I have gathered 4000~ positives and 15000~ negatives and I train using the SVM provided by opencv. the results give me too many false positives.(up to 20 per image) I would clip out the false positives and add them into the pool of negatives to retrain. and I would end up with even more false positives at times! I have tried adjusting L2HysThreshold of my hogdescriptor upwards to 300 without significant improvement. is my pool of positives and negatives large enough?

the SVM training is also much faster than expected. I have tried with a feature vector size of 2916 and 12996, using grayscale images and color images on separate tries. SVM training has never taken longer than 20 minutes. I use auto_train. I am new to machine learning but from what i hear training with a dataset as large as mine should take at least a day no?

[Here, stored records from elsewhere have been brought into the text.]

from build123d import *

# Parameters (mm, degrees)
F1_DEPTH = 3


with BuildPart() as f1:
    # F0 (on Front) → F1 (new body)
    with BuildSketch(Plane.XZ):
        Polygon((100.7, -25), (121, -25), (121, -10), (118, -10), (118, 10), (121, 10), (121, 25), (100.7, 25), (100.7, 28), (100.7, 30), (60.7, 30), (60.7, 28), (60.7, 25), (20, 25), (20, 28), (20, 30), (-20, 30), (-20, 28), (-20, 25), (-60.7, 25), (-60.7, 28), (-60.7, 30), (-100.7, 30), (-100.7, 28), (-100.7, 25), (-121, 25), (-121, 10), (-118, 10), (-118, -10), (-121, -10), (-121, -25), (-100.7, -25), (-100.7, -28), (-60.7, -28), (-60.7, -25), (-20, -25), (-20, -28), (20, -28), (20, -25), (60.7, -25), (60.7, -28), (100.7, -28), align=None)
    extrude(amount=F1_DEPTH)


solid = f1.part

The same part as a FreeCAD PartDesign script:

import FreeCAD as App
import Part
import Sketcher
Q = App.Units.Quantity


def add_polygon(sketch, points):
    """Adds a closed chain of lines whose ends are joined by coincident constraints."""
    first, n = sketch.GeometryCount, len(points)
    for a, b in zip(points, points[1:] + points[:1]):
        sketch.addGeometry(Part.LineSegment(App.Vector(*a, 0), App.Vector(*b, 0)), False)
    for i in range(n):
        sketch.addConstraint(Sketcher.Constraint("Coincident", first + i, 2, first + (i + 1) % n, 1))

doc = App.newDocument("Part")
body = doc.addObject("PartDesign::Body", "Body")

sketch1 = body.newObject("Sketcher::SketchObject", "Sketch")
sketch1.AttachmentSupport = (doc.getObject("XZ_Plane"), [""])
sketch1.MapMode = "FlatFace"
add_polygon(sketch1, [(100.7, -25), (121, -25), (121, -10), (118, -10), (118, 10), (121, 10), (121, 25), (100.7, 25), (100.7, 30), (60.7, 30), (60.7, 25), (20, 25), (20, 30), (-20, 30), (-20, 25), (-60.7, 25), (-60.7, 30), (-100.7, 30), (-100.7, 25), (-121, 25), (-121, 10), (-118, 10), (-118, -10), (-121, -10), (-121, -25), (-100.7, -25), (-100.7, -28), (-60.7, -28), (-60.7, -25), (-20, -25), (-20, -28), (20, -28), (20, -25), (60.7, -25), (60.7, -28), (100.7, -28)])
sketch1.addConstraint([
    Sketcher.Constraint("Horizontal", 0),
    Sketcher.Constraint("Vertical", 1),
    Sketcher.Constraint("Horizontal", 2),
    Sketcher.Constraint("Vertical", 3),
    Sketcher.Constraint("Horizontal", 4),
    Sketcher.Constraint("Vertical", 5),
    Sketcher.Constraint("Horizontal", 6),
    Sketcher.Constraint("Vertical", 7),
    Sketcher.Constraint("Horizontal", 8),
    Sketcher.Constraint("Vertical", 9),
    Sketcher.Constraint("Horizontal", 10),
    Sketcher.Constraint("Vertical", 11),
    Sketcher.Constraint("Horizontal", 12),
    Sketcher.Constraint("Vertical", 13),
    Sketcher.Constraint("Horizontal", 14),
    Sketcher.Constraint("Vertical", 15),
    Sketcher.Constraint("Horizontal", 16),
    Sketcher.Constraint("Vertical", 17),
    Sketcher.Constraint("Horizontal", 18),
    Sketcher.Constraint("Vertical", 19),
    Sketcher.Constraint("Horizontal", 20),
    Sketcher.Constraint("Vertical", 21),
    Sketcher.Constraint("Horizontal", 22),
    Sketcher.Constraint("Vertical", 23),
    Sketcher.Constraint("Horizontal", 24),
    Sketcher.Constraint("Vertical", 25),
    Sketcher.Constraint("Horizontal", 26),
    Sketcher.Constraint("Vertical", 27),
    Sketcher.Constraint("Horizontal", 28),
    Sketcher.Constraint("Vertical", 29),
    Sketcher.Constraint("Horizontal", 30),
    Sketcher.Constraint("Vertical", 31),
    Sketcher.Constraint("Horizontal", 32),
    Sketcher.Constraint("Vertical", 33),
    Sketcher.Constraint("Horizontal", 34),
    Sketcher.Constraint("Vertical", 35),
    Sketcher.Constraint("Symmetric", 0, 2, 18, 2, -1, 1),
    Sketcher.Constraint("Symmetric", 2, 2, 20, 2, -1, 1),
    Sketcher.Constraint("Symmetric", 4, 2, 22, 2, -1, 1),
    Sketcher.Constraint("Symmetric", 6, 2, 24, 2, -1, 1),
    Sketcher.Constraint("Symmetric", 9, 2, 27, 2, -1, 1),
    Sketcher.Constraint("Symmetric", 13, 2, 31, 2, -1, 1),
    Sketcher.Constraint("Symmetric", 10, 2, 13, 2, -2),
    Sketcher.Constraint("Symmetric", 8, 2, 15, 2, -2),
    Sketcher.Constraint("Symmetric", 6, 2, 17, 2, -2),
    Sketcher.Constraint("Symmetric", 4, 2, 19, 2, -2),
    Sketcher.Constraint("Symmetric", 26, 2, 33, 2, -2),
    Sketcher.Constraint("Horizontal", 6, 2, 9, 2),
    Sketcher.Constraint("Horizontal", 8, 2, 11, 2),
    Sketcher.Constraint("Horizontal", 26, 2, 29, 2),
    Sketcher.Constraint("Vertical", 13, 2, 28, 2),
    Sketcher.Constraint("Vertical", 7, 2, 34, 2),
    Sketcher.Constraint("Equal", 8, 12),
    Sketcher.Constraint("Equal", 22, 25),
    Sketcher.Constraint("DistanceX", 2, 2, 2, 1, Q("3 mm")),
    Sketcher.Constraint("DistanceX", 8, 2, 8, 1, Q("40 mm")),
    Sketcher.Constraint("DistanceY", 1, 1, 1, 2, Q("15 mm")),
    Sketcher.Constraint("DistanceY", 3, 1, 3, 2, Q("20 mm")),
    Sketcher.Constraint("DistanceY", 7, 1, 7, 2, Q("5 mm")),
    Sketcher.Constraint("DistanceX", 0, 1, 0, 2, Q("20.3 mm")),
    Sketcher.Constraint("DistanceX", 10, 2, 10, 1, Q("40.7 mm")),
])
pad1 = body.newObject("PartDesign::Pad", "Pad")
pad1.Profile = sketch1
pad1.Length = 3

doc.recompute()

I believe cvSVM is not doing much learning and according to http://opencv-users.1802565.n2.nabble.com/training-a-HOG-descriptor-td6363437.html, it is not suited for this purpose. does anyone with experience with cvSVM have more input on this?

I am considering using SVMLight http://svmlight.joachims.org/ but it looks like there isn't a way to visualize the SVM hyperplane. What are my options?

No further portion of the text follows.